* ACTIVITY
Word for word, the records below are to be set down again.

* RECORDS SUPPLIED
....

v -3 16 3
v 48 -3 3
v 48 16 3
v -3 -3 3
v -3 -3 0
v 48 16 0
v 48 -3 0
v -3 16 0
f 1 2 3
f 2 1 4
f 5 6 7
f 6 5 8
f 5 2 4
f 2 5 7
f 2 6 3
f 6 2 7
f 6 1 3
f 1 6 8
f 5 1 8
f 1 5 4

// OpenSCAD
union() {
    // outer shell
    difference(){
        linear_extrude(height = 10, center = false, convexity = 10)import(file = "trace_ps1_controller_.dxf", layer = "shell_outside");
        linear_extrude(height = 12, center = false, convexity = 10)import(file = "trace_ps1_controller_.dxf", layer = "shell_inside");
    }
    // inner part for plugs
    difference(){
        linear_extrude(height = 8, center = false, convexity = 10) import(file = "trace_ps1_controller_.dxf", layer = "plug_outside");
        linear_extrude(height = 10, center = false, convexity = 10)import(file = "trace_ps1_controller_.dxf", layer = "plug_inside");
    }
    translate([-3,-3,0]) cube([51,19,3]);
}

....

* TASK OUTPUT
v -3 16 3
v 48 -3 3
v 48 16 3
v -3 -3 3
v -3 -3 0
v 48 16 0
v 48 -3 0
v -3 16 0
f 1 2 3
f 2 1 4
f 5 6 7
f 6 5 8
f 5 2 4
f 2 5 7
f 2 6 3
f 6 2 7
f 6 1 3
f 1 6 8
f 5 1 8
f 1 5 4

// OpenSCAD
union() {
    // outer shell
    difference(){
        linear_extrude(height = 10, center = false, convexity = 10)import(file = "trace_ps1_controller_.dxf", layer = "shell_outside");
        linear_extrude(height = 12, center = false, convexity = 10)import(file = "trace_ps1_controller_.dxf", layer = "shell_inside");
    }
    // inner part for plugs
    difference(){
        linear_extrude(height = 8, center = false, convexity = 10) import(file = "trace_ps1_controller_.dxf", layer = "plug_outside");
        linear_extrude(height = 10, center = false, convexity = 10)import(file = "trace_ps1_controller_.dxf", layer = "plug_inside");
    }
    translate([-3,-3,0]) cube([51,19,3]);
}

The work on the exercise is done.